* **Your assignment**:
Only one stretch of the records below should be repeated. It starts with the line containing "rev [v59] [e58]" and goes on through the line containing "FreeCAD Python script", exactly as written.

┌─ Task material

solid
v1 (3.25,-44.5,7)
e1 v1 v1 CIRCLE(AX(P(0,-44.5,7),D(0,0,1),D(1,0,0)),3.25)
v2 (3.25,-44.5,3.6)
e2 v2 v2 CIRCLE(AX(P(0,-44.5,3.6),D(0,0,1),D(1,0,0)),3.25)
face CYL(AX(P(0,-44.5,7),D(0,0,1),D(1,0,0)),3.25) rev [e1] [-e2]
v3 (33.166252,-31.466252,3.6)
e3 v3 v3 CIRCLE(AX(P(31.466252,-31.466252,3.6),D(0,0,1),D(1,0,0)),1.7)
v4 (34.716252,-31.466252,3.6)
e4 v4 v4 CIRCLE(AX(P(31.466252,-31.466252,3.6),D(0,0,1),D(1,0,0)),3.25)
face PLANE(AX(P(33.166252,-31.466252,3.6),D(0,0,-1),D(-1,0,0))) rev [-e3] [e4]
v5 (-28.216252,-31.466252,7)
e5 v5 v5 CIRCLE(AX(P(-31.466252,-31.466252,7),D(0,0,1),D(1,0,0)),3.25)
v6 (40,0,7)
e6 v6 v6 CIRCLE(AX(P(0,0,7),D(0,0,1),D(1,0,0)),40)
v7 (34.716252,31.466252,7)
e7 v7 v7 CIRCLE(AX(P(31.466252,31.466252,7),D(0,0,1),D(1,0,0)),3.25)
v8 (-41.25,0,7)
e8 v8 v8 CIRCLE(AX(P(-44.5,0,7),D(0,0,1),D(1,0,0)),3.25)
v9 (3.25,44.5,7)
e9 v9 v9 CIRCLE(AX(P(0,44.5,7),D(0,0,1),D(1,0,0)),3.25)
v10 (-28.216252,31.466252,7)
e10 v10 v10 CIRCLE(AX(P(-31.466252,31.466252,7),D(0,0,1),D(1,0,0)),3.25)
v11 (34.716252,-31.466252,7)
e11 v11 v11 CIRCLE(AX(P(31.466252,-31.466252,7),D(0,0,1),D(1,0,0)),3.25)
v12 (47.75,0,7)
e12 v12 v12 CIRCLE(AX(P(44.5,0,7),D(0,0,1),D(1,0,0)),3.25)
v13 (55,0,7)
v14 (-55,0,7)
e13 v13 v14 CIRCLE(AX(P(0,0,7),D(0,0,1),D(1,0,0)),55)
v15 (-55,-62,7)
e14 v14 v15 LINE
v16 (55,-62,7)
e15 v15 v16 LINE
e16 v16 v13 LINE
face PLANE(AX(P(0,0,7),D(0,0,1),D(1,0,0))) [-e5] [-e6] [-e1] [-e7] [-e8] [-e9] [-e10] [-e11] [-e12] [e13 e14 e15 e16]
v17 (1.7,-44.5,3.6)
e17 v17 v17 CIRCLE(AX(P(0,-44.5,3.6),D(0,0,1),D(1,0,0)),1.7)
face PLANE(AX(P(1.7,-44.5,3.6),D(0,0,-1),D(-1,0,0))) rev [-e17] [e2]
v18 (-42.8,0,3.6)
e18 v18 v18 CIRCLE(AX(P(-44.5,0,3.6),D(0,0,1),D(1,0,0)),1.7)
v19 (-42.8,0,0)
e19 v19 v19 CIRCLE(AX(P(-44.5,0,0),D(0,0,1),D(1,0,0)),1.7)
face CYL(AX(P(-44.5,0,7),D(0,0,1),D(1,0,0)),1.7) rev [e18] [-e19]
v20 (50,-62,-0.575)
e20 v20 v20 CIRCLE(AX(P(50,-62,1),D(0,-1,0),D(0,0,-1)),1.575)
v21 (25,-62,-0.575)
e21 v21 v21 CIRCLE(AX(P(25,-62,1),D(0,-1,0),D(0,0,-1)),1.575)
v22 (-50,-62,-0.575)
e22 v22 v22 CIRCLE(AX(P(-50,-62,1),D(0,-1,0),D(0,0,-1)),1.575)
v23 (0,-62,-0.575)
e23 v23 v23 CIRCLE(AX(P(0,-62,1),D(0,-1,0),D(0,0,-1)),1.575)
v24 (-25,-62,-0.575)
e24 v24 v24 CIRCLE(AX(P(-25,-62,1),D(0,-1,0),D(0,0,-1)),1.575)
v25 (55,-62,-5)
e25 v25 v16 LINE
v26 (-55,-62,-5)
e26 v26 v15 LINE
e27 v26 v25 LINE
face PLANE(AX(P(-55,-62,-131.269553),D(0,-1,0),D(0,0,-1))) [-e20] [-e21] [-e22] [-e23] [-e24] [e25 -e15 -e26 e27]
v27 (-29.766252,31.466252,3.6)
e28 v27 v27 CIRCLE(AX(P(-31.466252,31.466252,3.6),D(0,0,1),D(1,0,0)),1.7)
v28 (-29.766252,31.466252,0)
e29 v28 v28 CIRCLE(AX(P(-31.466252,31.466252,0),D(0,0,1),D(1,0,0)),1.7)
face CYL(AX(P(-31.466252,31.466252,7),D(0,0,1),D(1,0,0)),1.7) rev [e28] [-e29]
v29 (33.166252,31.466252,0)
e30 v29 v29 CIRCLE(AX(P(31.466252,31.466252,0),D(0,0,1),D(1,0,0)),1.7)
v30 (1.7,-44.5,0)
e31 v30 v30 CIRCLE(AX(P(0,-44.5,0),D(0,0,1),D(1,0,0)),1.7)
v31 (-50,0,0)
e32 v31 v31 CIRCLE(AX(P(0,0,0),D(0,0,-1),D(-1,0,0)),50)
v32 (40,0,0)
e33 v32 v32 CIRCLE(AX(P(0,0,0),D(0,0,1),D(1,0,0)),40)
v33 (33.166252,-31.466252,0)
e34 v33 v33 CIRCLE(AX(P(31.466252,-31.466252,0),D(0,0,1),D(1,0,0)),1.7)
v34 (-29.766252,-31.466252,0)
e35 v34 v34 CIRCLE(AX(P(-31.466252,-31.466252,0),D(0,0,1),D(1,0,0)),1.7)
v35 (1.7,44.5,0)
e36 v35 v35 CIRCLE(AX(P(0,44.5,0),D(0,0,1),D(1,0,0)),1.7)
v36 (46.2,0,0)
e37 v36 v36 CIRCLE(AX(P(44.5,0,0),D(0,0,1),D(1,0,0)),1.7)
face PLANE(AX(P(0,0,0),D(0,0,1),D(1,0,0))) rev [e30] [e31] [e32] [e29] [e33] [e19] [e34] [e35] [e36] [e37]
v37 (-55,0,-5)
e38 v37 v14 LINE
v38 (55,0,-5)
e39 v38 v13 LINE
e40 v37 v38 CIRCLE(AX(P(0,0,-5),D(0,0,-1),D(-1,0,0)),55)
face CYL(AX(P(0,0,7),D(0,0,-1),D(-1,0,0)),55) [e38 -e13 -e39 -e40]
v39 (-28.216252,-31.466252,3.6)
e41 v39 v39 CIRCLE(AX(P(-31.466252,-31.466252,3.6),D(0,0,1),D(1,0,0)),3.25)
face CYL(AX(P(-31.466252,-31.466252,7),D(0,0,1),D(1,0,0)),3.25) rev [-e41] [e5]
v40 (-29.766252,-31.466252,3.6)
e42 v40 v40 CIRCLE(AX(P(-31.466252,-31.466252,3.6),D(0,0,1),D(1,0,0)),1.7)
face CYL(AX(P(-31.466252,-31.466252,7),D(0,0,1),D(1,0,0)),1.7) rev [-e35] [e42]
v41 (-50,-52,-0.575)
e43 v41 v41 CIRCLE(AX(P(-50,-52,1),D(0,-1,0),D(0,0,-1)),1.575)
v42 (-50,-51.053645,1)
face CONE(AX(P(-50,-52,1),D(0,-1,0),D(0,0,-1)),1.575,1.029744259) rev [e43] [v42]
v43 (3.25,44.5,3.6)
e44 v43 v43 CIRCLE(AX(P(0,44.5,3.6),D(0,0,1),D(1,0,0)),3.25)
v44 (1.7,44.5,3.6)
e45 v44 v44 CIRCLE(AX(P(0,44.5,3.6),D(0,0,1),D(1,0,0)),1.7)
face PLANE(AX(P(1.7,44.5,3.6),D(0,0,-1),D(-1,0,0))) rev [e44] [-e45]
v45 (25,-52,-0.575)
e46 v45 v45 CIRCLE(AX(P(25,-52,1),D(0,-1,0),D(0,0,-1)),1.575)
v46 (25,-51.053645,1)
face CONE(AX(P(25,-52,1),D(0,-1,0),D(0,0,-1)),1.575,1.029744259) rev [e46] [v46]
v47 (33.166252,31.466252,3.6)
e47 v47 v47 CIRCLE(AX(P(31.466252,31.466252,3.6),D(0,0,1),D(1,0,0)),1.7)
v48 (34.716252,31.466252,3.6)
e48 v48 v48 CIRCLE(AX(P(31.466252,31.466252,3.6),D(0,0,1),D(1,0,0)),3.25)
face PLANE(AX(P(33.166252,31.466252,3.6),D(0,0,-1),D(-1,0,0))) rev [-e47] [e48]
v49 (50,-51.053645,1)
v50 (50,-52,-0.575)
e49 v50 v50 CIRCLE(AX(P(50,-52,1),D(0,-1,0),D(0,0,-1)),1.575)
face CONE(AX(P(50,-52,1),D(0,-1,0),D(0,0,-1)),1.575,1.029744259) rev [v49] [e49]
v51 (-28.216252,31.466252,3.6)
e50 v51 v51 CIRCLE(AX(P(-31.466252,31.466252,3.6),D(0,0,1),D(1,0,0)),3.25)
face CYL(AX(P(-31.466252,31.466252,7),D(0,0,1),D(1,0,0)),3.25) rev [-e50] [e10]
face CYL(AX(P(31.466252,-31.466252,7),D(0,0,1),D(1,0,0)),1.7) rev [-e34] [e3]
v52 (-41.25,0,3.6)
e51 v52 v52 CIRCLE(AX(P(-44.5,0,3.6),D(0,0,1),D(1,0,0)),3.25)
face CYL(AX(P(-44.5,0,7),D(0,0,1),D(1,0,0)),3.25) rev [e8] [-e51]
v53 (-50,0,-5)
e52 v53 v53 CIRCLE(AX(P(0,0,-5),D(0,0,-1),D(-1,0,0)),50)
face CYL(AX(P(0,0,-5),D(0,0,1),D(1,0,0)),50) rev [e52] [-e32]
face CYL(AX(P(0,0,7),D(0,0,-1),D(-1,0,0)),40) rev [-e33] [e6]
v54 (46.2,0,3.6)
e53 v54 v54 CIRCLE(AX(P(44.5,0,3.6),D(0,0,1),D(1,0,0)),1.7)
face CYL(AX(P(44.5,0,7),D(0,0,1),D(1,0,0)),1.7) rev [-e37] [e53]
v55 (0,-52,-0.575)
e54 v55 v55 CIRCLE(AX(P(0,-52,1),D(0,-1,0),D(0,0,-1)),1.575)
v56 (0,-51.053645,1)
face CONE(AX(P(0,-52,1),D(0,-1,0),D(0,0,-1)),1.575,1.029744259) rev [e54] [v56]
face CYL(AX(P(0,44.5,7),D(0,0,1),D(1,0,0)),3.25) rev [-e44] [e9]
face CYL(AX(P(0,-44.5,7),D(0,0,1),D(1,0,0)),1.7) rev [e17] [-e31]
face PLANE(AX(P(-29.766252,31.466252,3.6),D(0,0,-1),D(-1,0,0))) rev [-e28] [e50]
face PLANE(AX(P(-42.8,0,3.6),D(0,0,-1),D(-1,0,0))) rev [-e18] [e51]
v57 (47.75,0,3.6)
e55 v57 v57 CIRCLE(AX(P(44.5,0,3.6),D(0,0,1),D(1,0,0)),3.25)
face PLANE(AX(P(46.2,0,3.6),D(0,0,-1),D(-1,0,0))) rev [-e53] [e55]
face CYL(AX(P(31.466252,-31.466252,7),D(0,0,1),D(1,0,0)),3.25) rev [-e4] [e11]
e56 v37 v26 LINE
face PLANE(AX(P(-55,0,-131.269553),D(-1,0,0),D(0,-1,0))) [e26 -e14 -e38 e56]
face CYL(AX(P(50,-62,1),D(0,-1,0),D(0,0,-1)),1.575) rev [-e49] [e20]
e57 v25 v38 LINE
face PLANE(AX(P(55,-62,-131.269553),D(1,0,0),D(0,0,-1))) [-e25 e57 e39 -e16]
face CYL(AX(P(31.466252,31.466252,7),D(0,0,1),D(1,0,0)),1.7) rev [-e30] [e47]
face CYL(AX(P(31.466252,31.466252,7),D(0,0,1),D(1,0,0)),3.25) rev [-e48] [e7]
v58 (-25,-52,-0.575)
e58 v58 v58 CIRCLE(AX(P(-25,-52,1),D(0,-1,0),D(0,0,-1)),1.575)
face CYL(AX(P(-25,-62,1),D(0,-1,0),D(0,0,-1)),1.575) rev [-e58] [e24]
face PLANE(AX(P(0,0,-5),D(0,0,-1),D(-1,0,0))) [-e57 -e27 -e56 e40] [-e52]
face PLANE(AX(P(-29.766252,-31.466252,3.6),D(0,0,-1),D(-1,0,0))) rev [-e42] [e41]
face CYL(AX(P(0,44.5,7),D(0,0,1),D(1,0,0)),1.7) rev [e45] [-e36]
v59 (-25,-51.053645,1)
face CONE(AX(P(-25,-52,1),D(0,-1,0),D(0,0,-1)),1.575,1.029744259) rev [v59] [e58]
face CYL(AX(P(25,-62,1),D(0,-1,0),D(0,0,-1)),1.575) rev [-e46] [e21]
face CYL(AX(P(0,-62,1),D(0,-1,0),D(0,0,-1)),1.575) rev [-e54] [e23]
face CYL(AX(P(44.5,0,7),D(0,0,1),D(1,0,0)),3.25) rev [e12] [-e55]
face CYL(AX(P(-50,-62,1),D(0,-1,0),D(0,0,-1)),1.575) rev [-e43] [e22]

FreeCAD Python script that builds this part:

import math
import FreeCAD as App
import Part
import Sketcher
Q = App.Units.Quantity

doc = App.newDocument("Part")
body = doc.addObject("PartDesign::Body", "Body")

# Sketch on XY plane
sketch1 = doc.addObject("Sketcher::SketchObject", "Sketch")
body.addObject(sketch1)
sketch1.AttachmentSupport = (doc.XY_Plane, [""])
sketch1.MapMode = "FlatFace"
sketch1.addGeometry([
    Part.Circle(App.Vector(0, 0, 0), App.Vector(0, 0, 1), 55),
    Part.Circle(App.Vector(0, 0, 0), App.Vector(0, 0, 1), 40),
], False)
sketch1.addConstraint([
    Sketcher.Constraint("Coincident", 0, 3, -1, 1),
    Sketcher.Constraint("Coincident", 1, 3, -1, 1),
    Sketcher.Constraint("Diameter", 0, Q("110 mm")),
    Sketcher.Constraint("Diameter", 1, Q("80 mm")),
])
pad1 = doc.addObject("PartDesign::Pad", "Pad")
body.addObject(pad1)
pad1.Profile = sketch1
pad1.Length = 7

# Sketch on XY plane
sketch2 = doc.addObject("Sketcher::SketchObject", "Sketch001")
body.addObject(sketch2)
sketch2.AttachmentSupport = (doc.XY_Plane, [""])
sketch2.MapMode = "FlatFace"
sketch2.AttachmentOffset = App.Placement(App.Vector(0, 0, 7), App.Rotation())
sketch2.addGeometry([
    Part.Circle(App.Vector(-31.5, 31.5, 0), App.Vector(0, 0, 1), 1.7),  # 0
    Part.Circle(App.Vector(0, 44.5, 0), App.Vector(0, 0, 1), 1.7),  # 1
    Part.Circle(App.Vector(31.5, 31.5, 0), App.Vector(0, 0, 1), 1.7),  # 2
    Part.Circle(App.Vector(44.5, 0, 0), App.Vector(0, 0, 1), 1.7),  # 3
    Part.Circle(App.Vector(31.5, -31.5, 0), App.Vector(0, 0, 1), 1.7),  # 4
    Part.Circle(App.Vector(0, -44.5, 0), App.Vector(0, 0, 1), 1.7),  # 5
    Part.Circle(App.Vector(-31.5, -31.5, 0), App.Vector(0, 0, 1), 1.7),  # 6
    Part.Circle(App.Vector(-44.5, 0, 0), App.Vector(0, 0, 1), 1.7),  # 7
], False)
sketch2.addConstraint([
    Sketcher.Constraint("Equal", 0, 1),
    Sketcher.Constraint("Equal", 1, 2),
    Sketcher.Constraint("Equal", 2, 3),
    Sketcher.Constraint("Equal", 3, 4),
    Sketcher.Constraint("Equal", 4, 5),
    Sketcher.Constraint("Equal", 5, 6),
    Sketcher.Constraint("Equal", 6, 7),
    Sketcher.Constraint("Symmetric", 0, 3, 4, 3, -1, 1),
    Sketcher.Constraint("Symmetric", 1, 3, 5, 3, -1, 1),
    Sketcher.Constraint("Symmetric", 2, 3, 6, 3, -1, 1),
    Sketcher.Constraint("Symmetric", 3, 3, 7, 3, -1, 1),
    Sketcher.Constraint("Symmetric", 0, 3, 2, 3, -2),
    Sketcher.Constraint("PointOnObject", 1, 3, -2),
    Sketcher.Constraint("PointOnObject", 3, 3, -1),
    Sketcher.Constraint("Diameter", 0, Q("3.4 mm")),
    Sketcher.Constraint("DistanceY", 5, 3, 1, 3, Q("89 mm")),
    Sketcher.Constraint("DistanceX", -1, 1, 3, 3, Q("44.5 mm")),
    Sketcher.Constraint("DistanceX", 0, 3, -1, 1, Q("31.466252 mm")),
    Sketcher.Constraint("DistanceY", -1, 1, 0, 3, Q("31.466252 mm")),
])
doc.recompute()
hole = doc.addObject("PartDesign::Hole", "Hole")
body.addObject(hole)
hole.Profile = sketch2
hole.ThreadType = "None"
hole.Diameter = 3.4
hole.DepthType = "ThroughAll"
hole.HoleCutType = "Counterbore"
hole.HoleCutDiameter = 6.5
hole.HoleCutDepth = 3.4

└─

* **Solution to this problem**:
face CONE(AX(P(-25,-52,1),D(0,-1,0),D(0,0,-1)),1.575,1.029744259) rev [v59] [e58]
face CYL(AX(P(25,-62,1),D(0,-1,0),D(0,0,-1)),1.575) rev [-e46] [e21]
face CYL(AX(P(0,-62,1),D(0,-1,0),D(0,0,-1)),1.575) rev [-e54] [e23]
face CYL(AX(P(44.5,0,7),D(0,0,1),D(1,0,0)),3.25) rev [e12] [-e55]
face CYL(AX(P(-50,-62,1),D(0,-1,0),D(0,0,-1)),1.575) rev [-e43] [e22]

FreeCAD Python script that builds this part:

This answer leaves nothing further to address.